Elle arriva au pied de ce qui lui parut une falaise. Le sentier ne s’arrêtait pas. Il pénétrait dans la roche par une galerie étroite.

Elle y entra sans hésiter. L’espace restreint la rassura. Elle fit quelques mètres, se retourna, éclaira l’entrée, et se figea.

*****

Un être étrange la fixait.

De la taille d’un garçon de dix ans, il n’en avait pas les traits. Seuls ses immenses yeux couleur d’ambre reflétaient quelque chose d’innocent et d’enfantin. Ses longs cheveux blancs étaient réunis sur sa nuque, en une tresse qui lui descendait jusqu’à la taille. D’aspect chétif, il était vêtu d’une simple tunique vert sapin, et ne semblait pas souffrir du froid.

Lisa était tétanisée, mais n’avait pas vraiment peur. Il n’émanait de la créature aucune agressivité. Elle éprouvait un sentiment partagé, dérangeant, devant ce regard insistant et silencieux.

— N’y va pas, dit-il, d’une voix douce.

— Tu es qui ? Tu veux dire quoi ?

— Mon nom est Evo. Ne t’engage pas dans ce tunnel.

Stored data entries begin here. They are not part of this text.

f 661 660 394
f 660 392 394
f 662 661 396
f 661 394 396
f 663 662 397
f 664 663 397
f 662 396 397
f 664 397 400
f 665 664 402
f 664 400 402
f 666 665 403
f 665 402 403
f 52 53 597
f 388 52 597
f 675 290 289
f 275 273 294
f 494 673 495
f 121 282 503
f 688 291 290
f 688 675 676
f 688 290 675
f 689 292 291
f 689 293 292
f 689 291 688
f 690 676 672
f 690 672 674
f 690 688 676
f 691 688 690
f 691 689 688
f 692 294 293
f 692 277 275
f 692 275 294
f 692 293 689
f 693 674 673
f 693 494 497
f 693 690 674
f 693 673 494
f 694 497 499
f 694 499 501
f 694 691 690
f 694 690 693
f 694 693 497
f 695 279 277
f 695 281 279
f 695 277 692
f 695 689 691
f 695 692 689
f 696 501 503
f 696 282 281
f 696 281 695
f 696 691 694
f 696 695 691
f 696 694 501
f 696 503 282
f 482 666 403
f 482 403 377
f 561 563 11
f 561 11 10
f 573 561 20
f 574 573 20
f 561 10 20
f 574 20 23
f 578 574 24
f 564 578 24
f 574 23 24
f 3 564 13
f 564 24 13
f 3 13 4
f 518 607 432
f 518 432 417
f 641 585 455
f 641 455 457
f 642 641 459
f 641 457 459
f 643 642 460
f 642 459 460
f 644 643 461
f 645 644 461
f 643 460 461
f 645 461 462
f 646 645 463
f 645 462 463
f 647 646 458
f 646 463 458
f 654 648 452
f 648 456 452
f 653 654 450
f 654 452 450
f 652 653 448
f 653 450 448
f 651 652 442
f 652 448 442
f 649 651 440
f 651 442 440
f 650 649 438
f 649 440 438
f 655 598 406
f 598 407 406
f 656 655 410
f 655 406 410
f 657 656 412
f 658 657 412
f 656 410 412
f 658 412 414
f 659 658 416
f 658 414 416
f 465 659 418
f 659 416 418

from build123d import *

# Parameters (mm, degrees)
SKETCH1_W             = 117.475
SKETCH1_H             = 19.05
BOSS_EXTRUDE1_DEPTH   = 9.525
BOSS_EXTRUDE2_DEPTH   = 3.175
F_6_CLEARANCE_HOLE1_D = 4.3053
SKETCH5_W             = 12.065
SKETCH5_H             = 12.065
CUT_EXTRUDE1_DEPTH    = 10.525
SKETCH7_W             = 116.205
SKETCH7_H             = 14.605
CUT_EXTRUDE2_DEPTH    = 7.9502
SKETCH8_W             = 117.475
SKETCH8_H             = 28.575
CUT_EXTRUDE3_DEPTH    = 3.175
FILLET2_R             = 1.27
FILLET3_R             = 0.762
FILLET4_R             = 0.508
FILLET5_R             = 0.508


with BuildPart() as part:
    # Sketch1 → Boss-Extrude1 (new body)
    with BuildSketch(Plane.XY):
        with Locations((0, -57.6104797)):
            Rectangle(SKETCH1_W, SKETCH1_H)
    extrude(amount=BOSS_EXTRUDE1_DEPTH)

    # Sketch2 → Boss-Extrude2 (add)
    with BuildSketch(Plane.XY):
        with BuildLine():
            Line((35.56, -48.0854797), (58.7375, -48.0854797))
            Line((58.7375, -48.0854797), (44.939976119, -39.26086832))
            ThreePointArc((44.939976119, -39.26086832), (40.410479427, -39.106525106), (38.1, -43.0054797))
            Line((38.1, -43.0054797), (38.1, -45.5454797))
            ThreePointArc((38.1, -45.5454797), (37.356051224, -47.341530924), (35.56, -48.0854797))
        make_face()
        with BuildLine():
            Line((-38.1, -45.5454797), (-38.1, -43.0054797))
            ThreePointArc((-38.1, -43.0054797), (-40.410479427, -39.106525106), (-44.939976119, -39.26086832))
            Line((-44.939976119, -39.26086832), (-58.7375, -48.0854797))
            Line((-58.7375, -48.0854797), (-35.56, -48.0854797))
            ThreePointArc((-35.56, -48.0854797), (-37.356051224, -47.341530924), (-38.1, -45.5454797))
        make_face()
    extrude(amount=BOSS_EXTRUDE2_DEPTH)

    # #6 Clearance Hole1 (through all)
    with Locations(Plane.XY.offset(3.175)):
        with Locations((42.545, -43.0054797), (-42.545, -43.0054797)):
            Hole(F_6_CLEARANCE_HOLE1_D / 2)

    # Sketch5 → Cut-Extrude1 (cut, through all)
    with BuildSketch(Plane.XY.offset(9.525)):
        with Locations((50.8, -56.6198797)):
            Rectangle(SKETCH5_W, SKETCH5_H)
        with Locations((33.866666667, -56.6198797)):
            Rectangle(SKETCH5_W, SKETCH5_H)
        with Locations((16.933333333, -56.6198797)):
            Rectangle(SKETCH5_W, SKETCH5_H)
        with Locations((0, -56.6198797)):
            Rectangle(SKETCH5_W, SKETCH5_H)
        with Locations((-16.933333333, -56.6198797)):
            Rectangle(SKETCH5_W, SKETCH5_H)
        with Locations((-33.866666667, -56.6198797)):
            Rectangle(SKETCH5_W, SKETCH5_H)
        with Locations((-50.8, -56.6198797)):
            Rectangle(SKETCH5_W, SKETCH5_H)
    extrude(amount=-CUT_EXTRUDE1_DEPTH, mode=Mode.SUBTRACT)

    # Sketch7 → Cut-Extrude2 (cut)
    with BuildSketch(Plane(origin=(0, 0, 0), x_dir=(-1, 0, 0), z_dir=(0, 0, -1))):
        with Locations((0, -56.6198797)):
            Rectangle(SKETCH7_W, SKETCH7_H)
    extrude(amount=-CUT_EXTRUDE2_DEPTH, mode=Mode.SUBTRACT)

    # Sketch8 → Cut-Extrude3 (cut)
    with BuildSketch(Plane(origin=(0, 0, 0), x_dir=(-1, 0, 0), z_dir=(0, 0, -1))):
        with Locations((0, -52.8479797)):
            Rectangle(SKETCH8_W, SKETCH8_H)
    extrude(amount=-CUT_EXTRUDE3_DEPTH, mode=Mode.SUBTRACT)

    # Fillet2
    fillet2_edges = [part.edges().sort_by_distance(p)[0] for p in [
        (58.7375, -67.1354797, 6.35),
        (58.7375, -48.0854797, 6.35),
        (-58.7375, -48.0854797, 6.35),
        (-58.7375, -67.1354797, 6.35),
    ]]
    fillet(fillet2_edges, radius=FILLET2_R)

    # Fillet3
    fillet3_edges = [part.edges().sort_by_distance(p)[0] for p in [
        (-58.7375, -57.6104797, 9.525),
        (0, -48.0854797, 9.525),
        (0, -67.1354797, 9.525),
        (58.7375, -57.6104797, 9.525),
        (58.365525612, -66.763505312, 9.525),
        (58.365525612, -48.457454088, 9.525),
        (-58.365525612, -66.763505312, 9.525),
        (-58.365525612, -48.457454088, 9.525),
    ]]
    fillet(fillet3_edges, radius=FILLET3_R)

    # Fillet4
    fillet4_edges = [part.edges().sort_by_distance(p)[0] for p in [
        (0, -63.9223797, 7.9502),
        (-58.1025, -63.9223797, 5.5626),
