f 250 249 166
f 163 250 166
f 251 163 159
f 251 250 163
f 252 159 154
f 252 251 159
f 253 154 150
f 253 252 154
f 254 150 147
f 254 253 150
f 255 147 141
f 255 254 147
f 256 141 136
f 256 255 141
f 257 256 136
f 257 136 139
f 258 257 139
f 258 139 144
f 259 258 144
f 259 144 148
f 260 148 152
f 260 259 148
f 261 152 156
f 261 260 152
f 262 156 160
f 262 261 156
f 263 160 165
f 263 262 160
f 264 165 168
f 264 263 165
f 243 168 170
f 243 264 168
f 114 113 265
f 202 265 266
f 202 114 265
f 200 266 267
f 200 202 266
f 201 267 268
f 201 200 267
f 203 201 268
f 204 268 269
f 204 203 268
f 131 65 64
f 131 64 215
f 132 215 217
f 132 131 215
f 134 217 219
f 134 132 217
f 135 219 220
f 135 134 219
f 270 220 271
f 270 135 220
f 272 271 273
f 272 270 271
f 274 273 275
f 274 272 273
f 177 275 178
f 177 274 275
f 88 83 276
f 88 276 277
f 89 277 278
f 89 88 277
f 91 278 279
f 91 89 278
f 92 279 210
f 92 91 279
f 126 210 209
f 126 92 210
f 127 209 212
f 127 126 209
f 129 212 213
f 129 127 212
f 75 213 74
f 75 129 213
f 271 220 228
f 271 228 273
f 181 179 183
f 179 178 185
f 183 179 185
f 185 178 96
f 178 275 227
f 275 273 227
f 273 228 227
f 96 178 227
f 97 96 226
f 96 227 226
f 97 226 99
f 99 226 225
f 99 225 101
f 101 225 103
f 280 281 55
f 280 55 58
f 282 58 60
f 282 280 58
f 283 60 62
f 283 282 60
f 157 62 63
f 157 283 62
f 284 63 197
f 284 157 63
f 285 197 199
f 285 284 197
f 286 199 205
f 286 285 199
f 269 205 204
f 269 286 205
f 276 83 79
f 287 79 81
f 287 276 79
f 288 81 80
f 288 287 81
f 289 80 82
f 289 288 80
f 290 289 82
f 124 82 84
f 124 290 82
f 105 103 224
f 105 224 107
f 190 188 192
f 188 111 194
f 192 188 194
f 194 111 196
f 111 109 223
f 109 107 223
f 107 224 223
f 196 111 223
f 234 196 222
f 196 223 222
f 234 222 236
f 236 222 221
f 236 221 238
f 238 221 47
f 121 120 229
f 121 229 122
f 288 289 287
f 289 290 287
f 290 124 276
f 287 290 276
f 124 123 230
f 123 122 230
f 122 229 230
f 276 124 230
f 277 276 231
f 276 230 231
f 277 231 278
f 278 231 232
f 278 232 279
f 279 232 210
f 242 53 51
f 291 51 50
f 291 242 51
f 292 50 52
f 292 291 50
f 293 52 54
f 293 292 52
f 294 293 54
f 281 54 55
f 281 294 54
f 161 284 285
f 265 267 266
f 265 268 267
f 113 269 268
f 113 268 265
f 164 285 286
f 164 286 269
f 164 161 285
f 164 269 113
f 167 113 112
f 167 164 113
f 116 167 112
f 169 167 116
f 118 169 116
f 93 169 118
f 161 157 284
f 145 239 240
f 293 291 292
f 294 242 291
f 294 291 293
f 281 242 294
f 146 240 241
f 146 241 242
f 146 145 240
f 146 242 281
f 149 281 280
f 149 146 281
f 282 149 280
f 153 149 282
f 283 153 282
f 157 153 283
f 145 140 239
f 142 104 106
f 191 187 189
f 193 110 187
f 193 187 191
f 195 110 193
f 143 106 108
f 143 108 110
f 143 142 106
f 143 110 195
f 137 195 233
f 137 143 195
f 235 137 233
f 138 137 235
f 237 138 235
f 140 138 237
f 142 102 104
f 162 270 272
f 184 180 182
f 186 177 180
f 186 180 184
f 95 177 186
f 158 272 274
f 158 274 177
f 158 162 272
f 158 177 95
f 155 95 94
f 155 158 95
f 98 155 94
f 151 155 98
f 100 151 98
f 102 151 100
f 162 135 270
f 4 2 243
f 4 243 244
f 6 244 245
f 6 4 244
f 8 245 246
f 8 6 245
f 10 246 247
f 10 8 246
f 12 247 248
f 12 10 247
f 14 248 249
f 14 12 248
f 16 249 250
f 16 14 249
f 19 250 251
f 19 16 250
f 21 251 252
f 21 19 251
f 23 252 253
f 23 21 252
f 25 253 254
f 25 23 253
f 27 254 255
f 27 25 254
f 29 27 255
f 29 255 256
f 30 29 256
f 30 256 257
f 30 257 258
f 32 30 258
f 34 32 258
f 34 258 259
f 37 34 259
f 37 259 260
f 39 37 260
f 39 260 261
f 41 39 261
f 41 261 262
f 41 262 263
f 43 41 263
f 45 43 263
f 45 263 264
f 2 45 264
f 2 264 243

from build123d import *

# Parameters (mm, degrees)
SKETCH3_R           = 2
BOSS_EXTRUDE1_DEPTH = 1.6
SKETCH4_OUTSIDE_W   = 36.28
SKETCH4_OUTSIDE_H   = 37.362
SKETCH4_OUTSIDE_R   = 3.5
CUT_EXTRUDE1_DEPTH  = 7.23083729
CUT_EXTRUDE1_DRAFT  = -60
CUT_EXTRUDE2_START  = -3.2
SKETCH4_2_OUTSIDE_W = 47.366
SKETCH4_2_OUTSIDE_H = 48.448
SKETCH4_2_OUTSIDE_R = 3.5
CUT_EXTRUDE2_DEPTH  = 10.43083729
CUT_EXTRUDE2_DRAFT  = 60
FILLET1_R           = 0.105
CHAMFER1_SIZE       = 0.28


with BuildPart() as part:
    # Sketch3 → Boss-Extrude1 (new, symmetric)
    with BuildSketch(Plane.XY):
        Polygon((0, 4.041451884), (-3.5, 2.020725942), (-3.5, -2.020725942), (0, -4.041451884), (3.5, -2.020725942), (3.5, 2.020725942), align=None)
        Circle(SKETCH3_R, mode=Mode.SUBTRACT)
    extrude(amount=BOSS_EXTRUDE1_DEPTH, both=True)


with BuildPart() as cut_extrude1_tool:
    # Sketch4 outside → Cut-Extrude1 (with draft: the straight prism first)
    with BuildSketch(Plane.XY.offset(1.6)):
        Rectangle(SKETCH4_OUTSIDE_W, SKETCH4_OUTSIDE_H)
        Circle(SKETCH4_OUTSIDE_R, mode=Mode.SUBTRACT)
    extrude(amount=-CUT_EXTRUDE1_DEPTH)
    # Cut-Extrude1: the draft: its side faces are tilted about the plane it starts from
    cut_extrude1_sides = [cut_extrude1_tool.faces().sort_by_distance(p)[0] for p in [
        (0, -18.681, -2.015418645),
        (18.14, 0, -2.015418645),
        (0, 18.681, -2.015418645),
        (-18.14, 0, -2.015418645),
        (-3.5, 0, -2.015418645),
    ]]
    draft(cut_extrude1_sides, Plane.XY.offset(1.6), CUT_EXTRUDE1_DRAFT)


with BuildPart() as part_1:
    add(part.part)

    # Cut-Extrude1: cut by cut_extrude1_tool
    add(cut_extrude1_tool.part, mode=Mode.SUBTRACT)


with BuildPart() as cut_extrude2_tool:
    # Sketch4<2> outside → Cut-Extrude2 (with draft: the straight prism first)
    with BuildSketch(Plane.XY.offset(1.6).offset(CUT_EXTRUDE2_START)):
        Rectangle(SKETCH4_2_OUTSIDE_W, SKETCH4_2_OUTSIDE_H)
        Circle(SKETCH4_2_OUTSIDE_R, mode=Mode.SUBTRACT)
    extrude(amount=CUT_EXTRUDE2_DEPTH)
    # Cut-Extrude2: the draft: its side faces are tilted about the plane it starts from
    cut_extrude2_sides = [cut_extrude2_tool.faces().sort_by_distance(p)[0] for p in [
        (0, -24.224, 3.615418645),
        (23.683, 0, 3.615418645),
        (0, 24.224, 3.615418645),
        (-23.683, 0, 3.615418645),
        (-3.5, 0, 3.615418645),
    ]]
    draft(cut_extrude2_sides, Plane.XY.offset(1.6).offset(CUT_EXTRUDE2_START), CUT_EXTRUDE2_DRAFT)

— Pourquoi je n’irais pas ? Une plainte étouffée, effrayante, comme un angoissant appel au secours se fit entendre à l’extérieur. Les yeux immenses d’Evo s’agrandirent encore. Ils exprimaient la terreur.

— Il est trop tard… Souviens-toi, mon nom est Evo.

Il tourna les talons et disparut dans une excavation. Lisa resta un instant perplexe.

La plainte se fit de nouveau entendre, plus proche. Un moment calmé par la présence rassurante d’Evo, le cœur de Lisa se remit à cogner dans sa poitrine. Elle ne savait pas quelle décision prendre. Courir dans le tunnel ? Rebrousser chemin ?

Troublée par les paroles de la petite créature, elle décida de sortir de la galerie.

Elle fit un pas et son cœur s’arrêta.

Dans le faisceau de sa lampe, à l’entrée du tunnel, un animal monstrueux lui barrait la route. Il ouvrit la gueule, leva la tête, étendit le cou et fit entendre une longue plainte qui lui glaça le sang.

La bête du Gévaudan. Cette image traversa son esprit. Elle avait, quelques mois auparavant, vu un film sur ce thème, qui l’avait fortement impressionnée.

Le monstre noir retroussa les babines, menaçant. Ses yeux jaunes exprimaient quelque chose de diabolique.

Épouvantée, Lisa fit volte-face et s’engagea plus en avant dans le tunnel. La peur lui donnait des ailes. Elle ne courait pas, elle volait. Ses pieds ne touchaient plus le sol. Elle était prise dans une sorte de tourbillon qui l’entraînait toujours plus loin.

*****

Le moment était arrivé. Gao l’avait fait savoir à Lisa. Il régna, tout au long de la journée, une effervescence inhabituelle dans les ruelles. Les Princesses restèrent invisibles. Les muses, affairées, confièrent leurs filles aux Zamas, pour des séances inhabituelles de bien-être, et des promenades bucoliques.

Le soir venu, tout devint étrangement calme. Les filles dormaient profondément, à mille lieux du drame qui se jouait.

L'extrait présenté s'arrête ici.